The data:

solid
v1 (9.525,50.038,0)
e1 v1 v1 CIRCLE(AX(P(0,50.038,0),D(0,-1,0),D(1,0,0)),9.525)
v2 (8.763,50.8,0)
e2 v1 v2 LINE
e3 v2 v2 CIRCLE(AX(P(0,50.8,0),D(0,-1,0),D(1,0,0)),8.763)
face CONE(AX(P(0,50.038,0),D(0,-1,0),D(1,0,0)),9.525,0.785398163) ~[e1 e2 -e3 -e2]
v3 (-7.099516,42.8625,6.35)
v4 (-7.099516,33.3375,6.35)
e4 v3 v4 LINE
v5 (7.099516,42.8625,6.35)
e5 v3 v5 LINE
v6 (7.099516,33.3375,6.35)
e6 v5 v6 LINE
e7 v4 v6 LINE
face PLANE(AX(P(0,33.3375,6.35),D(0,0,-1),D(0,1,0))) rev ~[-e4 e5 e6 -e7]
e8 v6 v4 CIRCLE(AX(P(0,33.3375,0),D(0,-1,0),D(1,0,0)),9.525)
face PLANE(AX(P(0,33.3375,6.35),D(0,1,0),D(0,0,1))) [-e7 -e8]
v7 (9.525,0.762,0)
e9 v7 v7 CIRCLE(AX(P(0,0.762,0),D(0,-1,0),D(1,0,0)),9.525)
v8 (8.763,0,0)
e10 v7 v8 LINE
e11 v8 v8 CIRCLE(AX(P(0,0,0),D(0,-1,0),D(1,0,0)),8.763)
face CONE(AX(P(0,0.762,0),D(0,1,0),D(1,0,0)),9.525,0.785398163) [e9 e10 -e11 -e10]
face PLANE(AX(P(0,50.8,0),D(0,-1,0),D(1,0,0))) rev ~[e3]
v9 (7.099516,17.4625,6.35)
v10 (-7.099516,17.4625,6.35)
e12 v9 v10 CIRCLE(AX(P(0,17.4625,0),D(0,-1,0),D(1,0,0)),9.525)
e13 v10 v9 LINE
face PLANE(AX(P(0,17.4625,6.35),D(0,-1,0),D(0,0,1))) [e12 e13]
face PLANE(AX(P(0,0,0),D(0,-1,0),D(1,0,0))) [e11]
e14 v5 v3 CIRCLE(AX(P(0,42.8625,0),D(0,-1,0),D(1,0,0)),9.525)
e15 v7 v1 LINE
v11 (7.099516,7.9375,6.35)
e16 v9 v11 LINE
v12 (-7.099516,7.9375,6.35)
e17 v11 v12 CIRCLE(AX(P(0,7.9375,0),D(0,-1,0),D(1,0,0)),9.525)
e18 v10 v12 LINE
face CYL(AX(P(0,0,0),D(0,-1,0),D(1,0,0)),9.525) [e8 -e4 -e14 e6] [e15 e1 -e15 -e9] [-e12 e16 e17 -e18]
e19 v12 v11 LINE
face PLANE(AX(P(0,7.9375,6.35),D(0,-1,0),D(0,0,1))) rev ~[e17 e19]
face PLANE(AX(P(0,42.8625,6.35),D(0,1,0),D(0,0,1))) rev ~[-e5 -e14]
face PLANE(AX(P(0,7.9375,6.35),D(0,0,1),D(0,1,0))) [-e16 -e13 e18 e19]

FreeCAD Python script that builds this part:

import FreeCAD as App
import Part
import Sketcher
Q = App.Units.Quantity


def edges_at(feature, points):
    """Names of the edges that pass closest to the given points."""
    edges = feature.Shape.Edges
    near = lambda p: min(range(len(edges)), key=lambda i: edges[i].distToShape(Part.Vertex(*p))[0])
    return sorted({f"Edge{near(p) + 1}" for p in points})


def add_polygon(sketch, points):
    """Adds a closed chain of lines whose ends are joined by coincident constraints."""
    first, n = sketch.GeometryCount, len(points)
    for a, b in zip(points, points[1:] + points[:1]):
        sketch.addGeometry(Part.LineSegment(App.Vector(*a, 0), App.Vector(*b, 0)), False)
    for i in range(n):
        sketch.addConstraint(Sketcher.Constraint("Coincident", first + i, 2, first + (i + 1) % n, 1))

doc = App.newDocument("Part")
params = doc.addObject("Spreadsheet::Sheet", "Params")
for row, (alias, value) in enumerate([
    ("sketch1_diameter", "0.75 in"),
    ("pad1_length", "2 in"),
    ("chamfer_size", "0.03 in"),
    ("sketch2_width", "0.375 in"),
    ("pocket1_length", "1 in"),
], start=1):
    params.set(f"A{row}", alias)
    params.set(f"B{row}", "=" + value)
    params.setAlias(f"B{row}", alias)

body = doc.addObject("PartDesign::Body", "Body")

# Sketch on XZ plane
sketch1 = doc.addObject("Sketcher::SketchObject", "Sketch")
body.addObject(sketch1)
sketch1.AttachmentSupport = (doc.XZ_Plane, [""])
sketch1.MapMode = "FlatFace"
sketch1.addGeometry(Part.Circle(App.Vector(0, 0, 0), App.Vector(0, 0, 1), 10), False)
sketch1.addConstraint([
    Sketcher.Constraint("Coincident", 0, 3, -1, 1),
    Sketcher.Constraint("Diameter", 0, Q("0.75 in")),
])
sketch1.setExpression("Constraints[1]", "Params.sketch1_diameter")
pad1 = doc.addObject("PartDesign::Pad", "Pad")
body.addObject(pad1)
pad1.Profile = sketch1
pad1.setExpression("Length", "Params.pad1_length")
pad1.Reversed = True
doc.recompute()

chamfer = doc.addObject("PartDesign::Chamfer", "Chamfer")
body.addObject(chamfer)
chamfer.Base = (pad1, edges_at(pad1, [(-9.525, 0, 0), (-9.525, 50.8, 0)]))
chamfer.setExpression("Size", "Params.chamfer_size")

# Sketch on YZ plane
sketch2 = doc.addObject("Sketcher::SketchObject", "Sketch001")
body.addObject(sketch2)
sketch2.AttachmentSupport = (doc.YZ_Plane, [""])
sketch2.MapMode = "FlatFace"
add_polygon(sketch2, [(8, 12), (8, 6), (17, 6), (17, 12)])  # lines 0-3
add_polygon(sketch2, [(33, 12), (33, 6), (43, 6), (43, 12)])  # lines 4-7
sketch2.addConstraint([
    Sketcher.Constraint("Vertical", 0),
    Sketcher.Constraint("Horizontal", 1),
    Sketcher.Constraint("Vertical", 2),
    Sketcher.Constraint("Horizontal", 3),
    Sketcher.Constraint("Vertical", 4),
    Sketcher.Constraint("Horizontal", 5),
    Sketcher.Constraint("Vertical", 6),
    Sketcher.Constraint("Horizontal", 7),
    Sketcher.Constraint("Horizontal", 1, 2, 4, 2),
    Sketcher.Constraint("Horizontal", 3, 2, 6, 2),
    Sketcher.Constraint("Equal", 3, 5),
    Sketcher.Constraint("DistanceX", 0, 2, 4, 2, Q("1 in")),
    Sketcher.Constraint("DistanceX", 1, 1, 1, 2, Q("0.375 in")),
    Sketcher.Constraint("DistanceY", -1, 1, 0, 2, Q("0.25 in")),
    Sketcher.Constraint("DistanceX", -1, 1, 0, 2, Q("0.3125 in")),
    Sketcher.Constraint("DistanceY", 0, 2, 0, 1, Q("5.747142 mm")),
])
sketch2.setExpression("Constraints[20]", "Params.sketch2_width")
pocket1 = doc.addObject("PartDesign::Pocket", "Pocket")
body.addObject(pocket1)
pocket1.Profile = sketch2
pocket1.setExpression("Length", "Params.pocket1_length")
pocket1.Midplane = True

doc.recompute()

Assignment: Give again, word for word, every line of the listing above from the one with "v8 (8.763,0,0)" to the one with "FreeCAD Python script", both inclusive, and nothing beyond them.

Your solution:
v8 (8.763,0,0)
e10 v7 v8 LINE
e11 v8 v8 CIRCLE(AX(P(0,0,0),D(0,-1,0),D(1,0,0)),8.763)
face CONE(AX(P(0,0.762,0),D(0,1,0),D(1,0,0)),9.525,0.785398163) [e9 e10 -e11 -e10]
face PLANE(AX(P(0,50.8,0),D(0,-1,0),D(1,0,0))) rev ~[e3]
v9 (7.099516,17.4625,6.35)
v10 (-7.099516,17.4625,6.35)
e12 v9 v10 CIRCLE(AX(P(0,17.4625,0),D(0,-1,0),D(1,0,0)),9.525)
e13 v10 v9 LINE
face PLANE(AX(P(0,17.4625,6.35),D(0,-1,0),D(0,0,1))) [e12 e13]
face PLANE(AX(P(0,0,0),D(0,-1,0),D(1,0,0))) [e11]
e14 v5 v3 CIRCLE(AX(P(0,42.8625,0),D(0,-1,0),D(1,0,0)),9.525)
e15 v7 v1 LINE
v11 (7.099516,7.9375,6.35)
e16 v9 v11 LINE
v12 (-7.099516,7.9375,6.35)
e17 v11 v12 CIRCLE(AX(P(0,7.9375,0),D(0,-1,0),D(1,0,0)),9.525)
e18 v10 v12 LINE
face CYL(AX(P(0,0,0),D(0,-1,0),D(1,0,0)),9.525) [e8 -e4 -e14 e6] [e15 e1 -e15 -e9] [-e12 e16 e17 -e18]
e19 v12 v11 LINE
face PLANE(AX(P(0,7.9375,6.35),D(0,-1,0),D(0,0,1))) rev ~[e17 e19]
face PLANE(AX(P(0,42.8625,6.35),D(0,1,0),D(0,0,1))) rev ~[-e5 -e14]
face PLANE(AX(P(0,7.9375,6.35),D(0,0,1),D(0,1,0))) [-e16 -e13 e18 e19]

FreeCAD Python script that builds this part:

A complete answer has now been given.